• Task data
---*---

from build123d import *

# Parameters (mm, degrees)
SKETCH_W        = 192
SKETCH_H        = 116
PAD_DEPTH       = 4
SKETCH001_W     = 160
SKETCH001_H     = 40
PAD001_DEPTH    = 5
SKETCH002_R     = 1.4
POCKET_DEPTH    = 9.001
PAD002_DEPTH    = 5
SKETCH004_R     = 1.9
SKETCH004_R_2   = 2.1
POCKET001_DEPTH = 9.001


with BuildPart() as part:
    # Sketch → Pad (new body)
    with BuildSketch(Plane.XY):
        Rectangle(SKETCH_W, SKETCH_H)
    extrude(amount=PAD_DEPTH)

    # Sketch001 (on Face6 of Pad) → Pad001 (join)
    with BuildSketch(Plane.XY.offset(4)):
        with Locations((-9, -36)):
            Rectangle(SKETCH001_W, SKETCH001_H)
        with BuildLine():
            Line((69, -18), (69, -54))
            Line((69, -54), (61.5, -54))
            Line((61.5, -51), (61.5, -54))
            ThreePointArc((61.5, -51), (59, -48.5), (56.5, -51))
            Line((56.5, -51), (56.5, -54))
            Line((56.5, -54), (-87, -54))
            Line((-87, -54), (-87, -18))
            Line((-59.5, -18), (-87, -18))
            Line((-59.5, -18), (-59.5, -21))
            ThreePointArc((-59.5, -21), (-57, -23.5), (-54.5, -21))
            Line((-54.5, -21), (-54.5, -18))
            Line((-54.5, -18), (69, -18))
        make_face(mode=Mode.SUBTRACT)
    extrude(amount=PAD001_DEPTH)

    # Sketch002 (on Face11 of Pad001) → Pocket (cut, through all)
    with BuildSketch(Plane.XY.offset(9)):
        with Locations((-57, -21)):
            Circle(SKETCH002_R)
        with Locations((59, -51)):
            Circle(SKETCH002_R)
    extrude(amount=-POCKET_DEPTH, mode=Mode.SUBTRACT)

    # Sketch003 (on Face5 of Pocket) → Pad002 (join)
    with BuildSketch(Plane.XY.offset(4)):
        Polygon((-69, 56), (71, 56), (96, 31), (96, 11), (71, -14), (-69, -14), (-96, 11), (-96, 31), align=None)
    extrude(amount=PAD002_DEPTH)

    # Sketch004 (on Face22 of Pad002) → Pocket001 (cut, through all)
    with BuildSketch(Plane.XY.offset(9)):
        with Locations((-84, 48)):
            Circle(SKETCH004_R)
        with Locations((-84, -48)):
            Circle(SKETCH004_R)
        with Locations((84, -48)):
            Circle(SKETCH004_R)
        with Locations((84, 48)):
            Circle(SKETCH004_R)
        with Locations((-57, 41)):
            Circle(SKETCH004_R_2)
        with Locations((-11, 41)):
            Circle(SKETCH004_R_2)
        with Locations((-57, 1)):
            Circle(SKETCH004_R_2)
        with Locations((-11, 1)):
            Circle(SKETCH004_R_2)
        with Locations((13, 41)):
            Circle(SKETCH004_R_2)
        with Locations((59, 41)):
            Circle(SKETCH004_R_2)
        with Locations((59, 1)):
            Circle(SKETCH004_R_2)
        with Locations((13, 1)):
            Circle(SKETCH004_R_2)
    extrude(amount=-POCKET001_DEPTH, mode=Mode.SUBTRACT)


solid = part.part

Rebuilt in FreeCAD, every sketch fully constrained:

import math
import FreeCAD as App
import Part
import Sketcher

doc = App.newDocument("Part")
body = doc.addObject("PartDesign::Body", "Body")

sketch1 = body.newObject("Sketcher::SketchObject", "Sketch")
sketch1.AttachmentSupport = (doc.getObject("XY_Plane"), [""])
sketch1.MapMode = "FlatFace"
sketch1.addGeometry([
    Part.LineSegment(App.Vector(-96, 58, 0), App.Vector(-96, -58, 0)),
    Part.LineSegment(App.Vector(-96, -58, 0), App.Vector(96, -58, 0)),
    Part.LineSegment(App.Vector(96, -58, 0), App.Vector(96, 58, 0)),
    Part.LineSegment(App.Vector(96, 58, 0), App.Vector(-96, 58, 0)),
], False)
sketch1.addConstraint([
    Sketcher.Constraint("Coincident", 0, 2, 1, 1),
    Sketcher.Constraint("Coincident", 1, 2, 2, 1),
    Sketcher.Constraint("Coincident", 2, 2, 3, 1),
    Sketcher.Constraint("Coincident", 3, 2, 0, 1),
    Sketcher.Constraint("Vertical", 0),
    Sketcher.Constraint("Horizontal", 1),
    Sketcher.Constraint("Vertical", 2),
    Sketcher.Constraint("Horizontal", 3),
    Sketcher.Constraint("Symmetric", 0, 2, 2, 2, -1, 1),
    Sketcher.Constraint("DistanceX", 1, 1, 1, 2, 192.0),
    Sketcher.Constraint("DistanceY", 0, 2, 0, 1, 116.0),
])
pad1 = body.newObject("PartDesign::Pad", "Pad")
pad1.Profile = sketch1
pad1.Length = 4

sketch2 = body.newObject("Sketcher::SketchObject", "Sketch001")
sketch2.AttachmentSupport = (doc.getObject("XY_Plane"), [""])
sketch2.MapMode = "FlatFace"
sketch2.AttachmentOffset = App.Placement(App.Vector(0, 0, 4), App.Rotation())
sketch2.addGeometry([
    Part.LineSegment(App.Vector(-89, -16, 0), App.Vector(-89, -56, 0)),
    Part.LineSegment(App.Vector(-89, -56, 0), App.Vector(71, -56, 0)),
    Part.LineSegment(App.Vector(71, -56, 0), App.Vector(71, -16, 0)),
    Part.LineSegment(App.Vector(71, -16, 0), App.Vector(-89, -16, 0)),
    Part.LineSegment(App.Vector(-54.5, -18, 0), App.Vector(69, -18, 0)),
    Part.LineSegment(App.Vector(69, -18, 0), App.Vector(69, -54, 0)),
    Part.LineSegment(App.Vector(69, -54, 0), App.Vector(61.5, -54, 0)),
    Part.LineSegment(App.Vector(61.5, -54, 0), App.Vector(61.5, -51, 0)),
    Part.ArcOfCircle(Part.Circle(App.Vector(59, -51, 0), App.Vector(0, 0, 1), 2.5), math.radians(0), math.radians(180)),
    Part.LineSegment(App.Vector(56.5, -51, 0), App.Vector(56.5, -54, 0)),
    Part.LineSegment(App.Vector(56.5, -54, 0), App.Vector(-87, -54, 0)),
    Part.LineSegment(App.Vector(-87, -54, 0), App.Vector(-87, -18, 0)),
    Part.LineSegment(App.Vector(-87, -18, 0), App.Vector(-59.5, -18, 0)),
    Part.LineSegment(App.Vector(-59.5, -18, 0), App.Vector(-59.5, -21, 0)),
    Part.ArcOfCircle(Part.Circle(App.Vector(-57, -21, 0), App.Vector(0, 0, 1), 2.5), math.radians(180), math.radians(360)),
    Part.LineSegment(App.Vector(-54.5, -21, 0), App.Vector(-54.5, -18, 0)),
], False)
sketch2.addConstraint([
    Sketcher.Constraint("Coincident", 0, 2, 1, 1),
    Sketcher.Constraint("Coincident", 1, 2, 2, 1),
    Sketcher.Constraint("Coincident", 2, 2, 3, 1),
    Sketcher.Constraint("Coincident", 3, 2, 0, 1),
    Sketcher.Constraint("Coincident", 4, 2, 5, 1),
    Sketcher.Constraint("Coincident", 5, 2, 6, 1),
    Sketcher.Constraint("Coincident", 6, 2, 7, 1),
    Sketcher.Constraint("Tangent", 7, 2, 8, 1),
    Sketcher.Constraint("Tangent", 8, 2, 9, 1),
    Sketcher.Constraint("Coincident", 9, 2, 10, 1),
    Sketcher.Constraint("Coincident", 10, 2, 11, 1),
    Sketcher.Constraint("Coincident", 11, 2, 12, 1),
    Sketcher.Constraint("Coincident", 12, 2, 13, 1),
    Sketcher.Constraint("Tangent", 13, 2, 14, 1),
    Sketcher.Constraint("Tangent", 14, 2, 15, 1),
    Sketcher.Constraint("Coincident", 15, 2, 4, 1),
    Sketcher.Constraint("Vertical", 0),
    Sketcher.Constraint("Horizontal", 1),
    Sketcher.Constraint("Vertical", 2),
    Sketcher.Constraint("Horizontal", 3),
    Sketcher.Constraint("Horizontal", 4),
    Sketcher.Constraint("Vertical", 5),
    Sketcher.Constraint("Horizontal", 6),
    Sketcher.Constraint("Vertical", 7),
    Sketcher.Constraint("Vertical", 9),
    Sketcher.Constraint("Horizontal", 10),
    Sketcher.Constraint("Vertical", 11),
    Sketcher.Constraint("Horizontal", 12),
    Sketcher.Constraint("Vertical", 13),
    Sketcher.Constraint("Vertical", 15),
    Sketcher.Constraint("Equal", 8, 14),
    Sketcher.Constraint("Horizontal", 6, 2, 9, 2),
    Sketcher.Constraint("Horizontal", 4, 2, 11, 2),
    Sketcher.Constraint("Equal", 9, 13),
    Sketcher.Constraint("Radius", 8, 2.5),
    Sketcher.Constraint("DistanceX", 1, 1, 1, 2, 160.0),
    Sketcher.Constraint("DistanceY", 0, 2, 0, 1, 40.0),
    Sketcher.Constraint("DistanceY", 5, 2, 5, 1, 36.0),
    Sketcher.Constraint("DistanceY", 7, 1, 7, 2, 3.0),
    Sketcher.Constraint("DistanceX", 4, 1, 4, 2, 123.5),
    Sketcher.Constraint("DistanceX", 6, 2, 6, 1, 7.5),
    Sketcher.Constraint("DistanceX", 10, 2, 10, 1, 143.5),
    Sketcher.Constraint("DistanceX", -1, 1, 8, 3, 59.0),
    Sketcher.Constraint("DistanceY", 8, 3, -1, 1, 51.0),
    Sketcher.Constraint("DistanceX", 0, 2, -1, 1, 89.0),
    Sketcher.Constraint("DistanceY", 0, 2, -1, 1, 56.0),
])
pad2 = body.newObject("PartDesign::Pad", "Pad001")
pad2.Profile = sketch2
pad2.Length = 5

sketch3 = body.newObject("Sketcher::SketchObject", "Sketch002")
sketch3.AttachmentSupport = (doc.getObject("XY_Plane"), [""])
sketch3.MapMode = "FlatFace"
sketch3.AttachmentOffset = App.Placement(App.Vector(0, 0, 9), App.Rotation())
sketch3.addGeometry([
    Part.Circle(App.Vector(-57, -21, 0), App.Vector(0, 0, 1), 1.4),
    Part.Circle(App.Vector(59, -51, 0), App.Vector(0, 0, 1), 1.4),
], False)
sketch3.addConstraint([
    Sketcher.Constraint("Equal", 0, 1),
    Sketcher.Constraint("Diameter", 0, 2.8),
    Sketcher.Constraint("DistanceX", 0, 3, -1, 1, 57.0),
    Sketcher.Constraint("DistanceY", 0, 3, -1, 1, 21.0),
    Sketcher.Constraint("DistanceX", -1, 1, 1, 3, 59.0),
    Sketcher.Constraint("DistanceY", 1, 3, -1, 1, 51.0),
])
pocket1 = body.newObject("PartDesign::Pocket", "Pocket")
pocket1.Profile = sketch3
pocket1.Type = "ThroughAll"

sketch4 = body.newObject("Sketcher::SketchObject", "Sketch003")
sketch4.AttachmentSupport = (doc.getObject("XY_Plane"), [""])
sketch4.MapMode = "FlatFace"
sketch4.AttachmentOffset = App.Placement(App.Vector(0, 0, 4), App.Rotation())
sketch4.addGeometry([
    Part.LineSegment(App.Vector(71, 56, 0), App.Vector(-69, 56, 0)),
    Part.LineSegment(App.Vector(-69, 56, 0), App.Vector(-96, 31, 0)),
    Part.LineSegment(App.Vector(-96, 31, 0), App.Vector(-96, 11, 0)),
    Part.LineSegment(App.Vector(-96, 11, 0), App.Vector(-69, -14, 0)),
    Part.LineSegment(App.Vector(-69, -14, 0), App.Vector(71, -14, 0)),
    Part.LineSegment(App.Vector(71, -14, 0), App.Vector(96, 11, 0)),
    Part.LineSegment(App.Vector(96, 11, 0), App.Vector(96, 31, 0)),
    Part.LineSegment(App.Vector(96, 31, 0), App.Vector(71, 56, 0)),
], False)
sketch4.addConstraint([
    Sketcher.Constraint("Coincident", 0, 2, 1, 1),
    Sketcher.Constraint("Coincident", 1, 2, 2, 1),
    Sketcher.Constraint("Coincident", 2, 2, 3, 1),
    Sketcher.Constraint("Coincident", 3, 2, 4, 1),
    Sketcher.Constraint("Coincident", 4, 2, 5, 1),
    Sketcher.Constraint("Coincident", 5, 2, 6, 1),
    Sketcher.Constraint("Coincident", 6, 2, 7, 1),
    Sketcher.Constraint("Coincident", 7, 2, 0, 1),
    Sketcher.Constraint("Horizontal", 0),
    Sketcher.Constraint("Vertical", 2),
    Sketcher.Constraint("Horizontal", 4),
    Sketcher.Constraint("Vertical", 6),
    Sketcher.Constraint("Symmetric", 2, 2, 5, 2, -2),
    Sketcher.Constraint("Perpendicular", 5, 7),
    Sketcher.Constraint("Horizontal", 1, 2, 6, 2),
    Sketcher.Constraint("Vertical", 0, 2, 3, 2),
    Sketcher.Constraint("Vertical", 4, 2, 7, 2),
    Sketcher.Constraint("Equal", 1, 3),
    Sketcher.Constraint("DistanceX", 0, 2, 0, 1, 140.0),
    Sketcher.Constraint("DistanceY", 2, 2, 2, 1, 20.0),
    Sketcher.Constraint("DistanceX", 0, 2, -1, 1, 69.0),
    Sketcher.Constraint("DistanceY", -1, 1, 0, 2, 56.0),
    Sketcher.Constraint("DistanceX", 1, 2, -1, 1, 96.0),
])
pad3 = body.newObject("PartDesign::Pad", "Pad002")
pad3.Profile = sketch4
pad3.Length = 5

sketch5 = body.newObject("Sketcher::SketchObject", "Sketch004")
sketch5.AttachmentSupport = (doc.getObject("XY_Plane"), [""])
sketch5.MapMode = "FlatFace"
sketch5.AttachmentOffset = App.Placement(App.Vector(0, 0, 9), App.Rotation())
sketch5.addGeometry([
    Part.Circle(App.Vector(-84, 48, 0), App.Vector(0, 0, 1), 1.9),
    Part.Circle(App.Vector(-84, -48, 0), App.Vector(0, 0, 1), 1.9),
    Part.Circle(App.Vector(84, -48, 0), App.Vector(0, 0, 1), 1.9),
    Part.Circle(App.Vector(84, 48, 0), App.Vector(0, 0, 1), 1.9),
    Part.Circle(App.Vector(-57, 41, 0), App.Vector(0, 0, 1), 2.1),
    Part.Circle(App.Vector(-11, 41, 0), App.Vector(0, 0, 1), 2.1),
    Part.Circle(App.Vector(-57, 1, 0), App.Vector(0, 0, 1), 2.1),
    Part.Circle(App.Vector(-11, 1, 0), App.Vector(0, 0, 1), 2.1),
    Part.Circle(App.Vector(13, 41, 0), App.Vector(0, 0, 1), 2.1),
    Part.Circle(App.Vector(59, 41, 0), App.Vector(0, 0, 1), 2.1),
    Part.Circle(App.Vector(59, 1, 0), App.Vector(0, 0, 1), 2.1),
    Part.Circle(App.Vector(13, 1, 0), App.Vector(0, 0, 1), 2.1),
], False)
sketch5.addConstraint([
    Sketcher.Constraint("Equal", 0, 1),
    Sketcher.Constraint("Equal", 1, 2),
    Sketcher.Constraint("Equal", 2, 3),
    Sketcher.Constraint("Equal", 4, 5),
    Sketcher.Constraint("Equal", 5, 6),
    Sketcher.Constraint("Equal", 6, 7),
    Sketcher.Constraint("Equal", 7, 8),
    Sketcher.Constraint("Equal", 8, 9),
    Sketcher.Constraint("Equal", 9, 10),
    Sketcher.Constraint("Equal", 10, 11),
    Sketcher.Constraint("Symmetric", 0, 3, 2, 3, -1, 1),
    Sketcher.Constraint("Symmetric", 1, 3, 3, 3, -1, 1),
    Sketcher.Constraint("Symmetric", 1, 3, 2, 3, -2),
    Sketcher.Constraint("Horizontal", 4, 3, 5, 3),
    Sketcher.Constraint("Horizontal", 6, 3, 7, 3),
    Sketcher.Constraint("Horizontal", 5, 3, 8, 3),
    Sketcher.Constraint("Horizontal", 8, 3, 9, 3),
    Sketcher.Constraint("Horizontal", 7, 3, 10, 3),
    Sketcher.Constraint("Horizontal", 10, 3, 11, 3),
    Sketcher.Constraint("Vertical", 4, 3, 6, 3),
    Sketcher.Constraint("Vertical", 5, 3, 7, 3),
    Sketcher.Constraint("Vertical", 9, 3, 10, 3),
    Sketcher.Constraint("Vertical", 8, 3, 11, 3),
    Sketcher.Constraint("Diameter", 0, 3.8),
    Sketcher.Constraint("Diameter", 4, 4.2),
    Sketcher.Constraint("DistanceX", 0, 3, -1, 1, 84.0),
    Sketcher.Constraint("DistanceY", -1, 1, 0, 3, 48.0),
    Sketcher.Constraint("DistanceX", 4, 3, -1, 1, 57.0),
    Sketcher.Constraint("DistanceY", -1, 1, 4, 3, 41.0),
    Sketcher.Constraint("DistanceX", 5, 3, -1, 1, 11.0),
    Sketcher.Constraint("DistanceY", -1, 1, 6, 3, 1.0),
    Sketcher.Constraint("DistanceX", -1, 1, 8, 3, 13.0),
    Sketcher.Constraint("DistanceX", -1, 1, 9, 3, 59.0),
])
pocket2 = body.newObject("PartDesign::Pocket", "Pocket001")
pocket2.Profile = sketch5
pocket2.Type = "ThroughAll"

doc.recompute()
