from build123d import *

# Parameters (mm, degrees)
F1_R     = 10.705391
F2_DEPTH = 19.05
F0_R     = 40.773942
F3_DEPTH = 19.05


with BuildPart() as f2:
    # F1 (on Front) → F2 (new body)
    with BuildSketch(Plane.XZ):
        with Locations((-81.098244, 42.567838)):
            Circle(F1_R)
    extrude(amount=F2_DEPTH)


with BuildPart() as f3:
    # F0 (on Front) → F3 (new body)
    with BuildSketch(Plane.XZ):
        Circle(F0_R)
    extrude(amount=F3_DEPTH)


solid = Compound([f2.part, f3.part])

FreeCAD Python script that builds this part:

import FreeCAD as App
import Part
import Sketcher
Q = App.Units.Quantity

doc = App.newDocument("Part")
body = doc.addObject("PartDesign::Body", "Body")

# Sketch on XZ plane
sketch1 = body.newObject("Sketcher::SketchObject", "Sketch")
sketch1.AttachmentSupport = (doc.getObject("XZ_Plane"), [""])
sketch1.MapMode = "FlatFace"
sketch1.addGeometry(Part.Circle(App.Vector(-81, 43, 0), App.Vector(0, 0, 1), 11), False)
sketch1.addConstraint([
    Sketcher.Constraint("Diameter", 0, 21.410782),
    Sketcher.Constraint("DistanceY", -1, 1, 0, 3, 42.567838),
    Sketcher.Constraint("DistanceX", 0, 3, -1, 1, 81.098244),
])
pad1 = body.newObject("PartDesign::Pad", "Pad")
pad1.Profile = sketch1
pad1.Length = Q("0.75 in")
body2 = doc.addObject("PartDesign::Body", "Body001")

# Sketch on XZ plane
sketch2 = body2.newObject("Sketcher::SketchObject", "Sketch001")
sketch2.AttachmentSupport = (doc.getObject("XZ_Plane001"), [""])
sketch2.MapMode = "FlatFace"
sketch2.addGeometry(Part.Circle(App.Vector(0, 0, 0), App.Vector(0, 0, 1), 41), False)
sketch2.addConstraint([
    Sketcher.Constraint("Coincident", 0, 3, -1, 1),
    Sketcher.Constraint("Diameter", 0, 81.547884),
])
pad2 = body2.newObject("PartDesign::Pad", "Pad001")
pad2.Profile = sketch2
pad2.Length = Q("0.75 in")

doc.recompute()
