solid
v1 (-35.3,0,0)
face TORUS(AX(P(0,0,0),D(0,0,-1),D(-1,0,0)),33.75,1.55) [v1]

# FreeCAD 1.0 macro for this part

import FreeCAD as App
import Part
import Sketcher
Q = App.Units.Quantity

doc = App.newDocument("Part")
body = doc.addObject("PartDesign::Body", "Body")

# Sketch on XZ plane
sketch1 = body.newObject("Sketcher::SketchObject", "Sketch")
sketch1.AttachmentSupport = (doc.getObject("XZ_Plane"), [""])
sketch1.MapMode = "FlatFace"
sketch1.addGeometry(Part.Circle(App.Vector(-33.75, 0, 0), App.Vector(0, 0, 1), 1.55), False)
sketch1.addConstraint([
    Sketcher.Constraint("PointOnObject", 0, 3, -1),
    Sketcher.Constraint("Diameter", 0, Q("3.1 mm")),
    Sketcher.Constraint("DistanceX", 0, 3, -1, 1, Q("33.75 mm")),
])

# Sketch on XY plane
sketch2 = body.newObject("Sketcher::SketchObject", "Sketch001")
sketch2.AttachmentSupport = (doc.getObject("XY_Plane"), [""])
sketch2.MapMode = "FlatFace"
sketch2.addGeometry(Part.Circle(App.Vector(0, 0, 0), App.Vector(0, 0, 1), 32.2), False)
sketch2.addConstraint([
    Sketcher.Constraint("Coincident", 0, 3, -1, 1),
    Sketcher.Constraint("Diameter", 0, Q("64.4 mm")),
])
doc.recompute()

additivepipe = body.newObject("PartDesign::AdditivePipe", "AdditivePipe")
additivepipe.Profile = sketch1
additivepipe.Spine = (sketch2, ["Edge1"])

doc.recompute()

---*---

• Your instructions
Of the entries above, transcribe exactly those lines that fall between the line containing "extrude(amount=PAD002_DEPTH)" and the line containing "Rebuilt in FreeCAD, every", together with those two lines.

• Written solution
    extrude(amount=PAD002_DEPTH)

    # Sketch004 (on Face22 of Pad002) → Pocket001 (cut, through all)
    with BuildSketch(Plane.XY.offset(9)):
        with Locations((-84, 48)):
            Circle(SKETCH004_R)
        with Locations((-84, -48)):
            Circle(SKETCH004_R)
        with Locations((84, -48)):
            Circle(SKETCH004_R)
        with Locations((84, 48)):
            Circle(SKETCH004_R)
        with Locations((-57, 41)):
            Circle(SKETCH004_R_2)
        with Locations((-11, 41)):
            Circle(SKETCH004_R_2)
        with Locations((-57, 1)):
            Circle(SKETCH004_R_2)
        with Locations((-11, 1)):
            Circle(SKETCH004_R_2)
        with Locations((13, 41)):
            Circle(SKETCH004_R_2)
        with Locations((59, 41)):
            Circle(SKETCH004_R_2)
        with Locations((59, 1)):
            Circle(SKETCH004_R_2)
        with Locations((13, 1)):
            Circle(SKETCH004_R_2)
    extrude(amount=-POCKET001_DEPTH, mode=Mode.SUBTRACT)


solid = part.part

Rebuilt in FreeCAD, every sketch fully constrained:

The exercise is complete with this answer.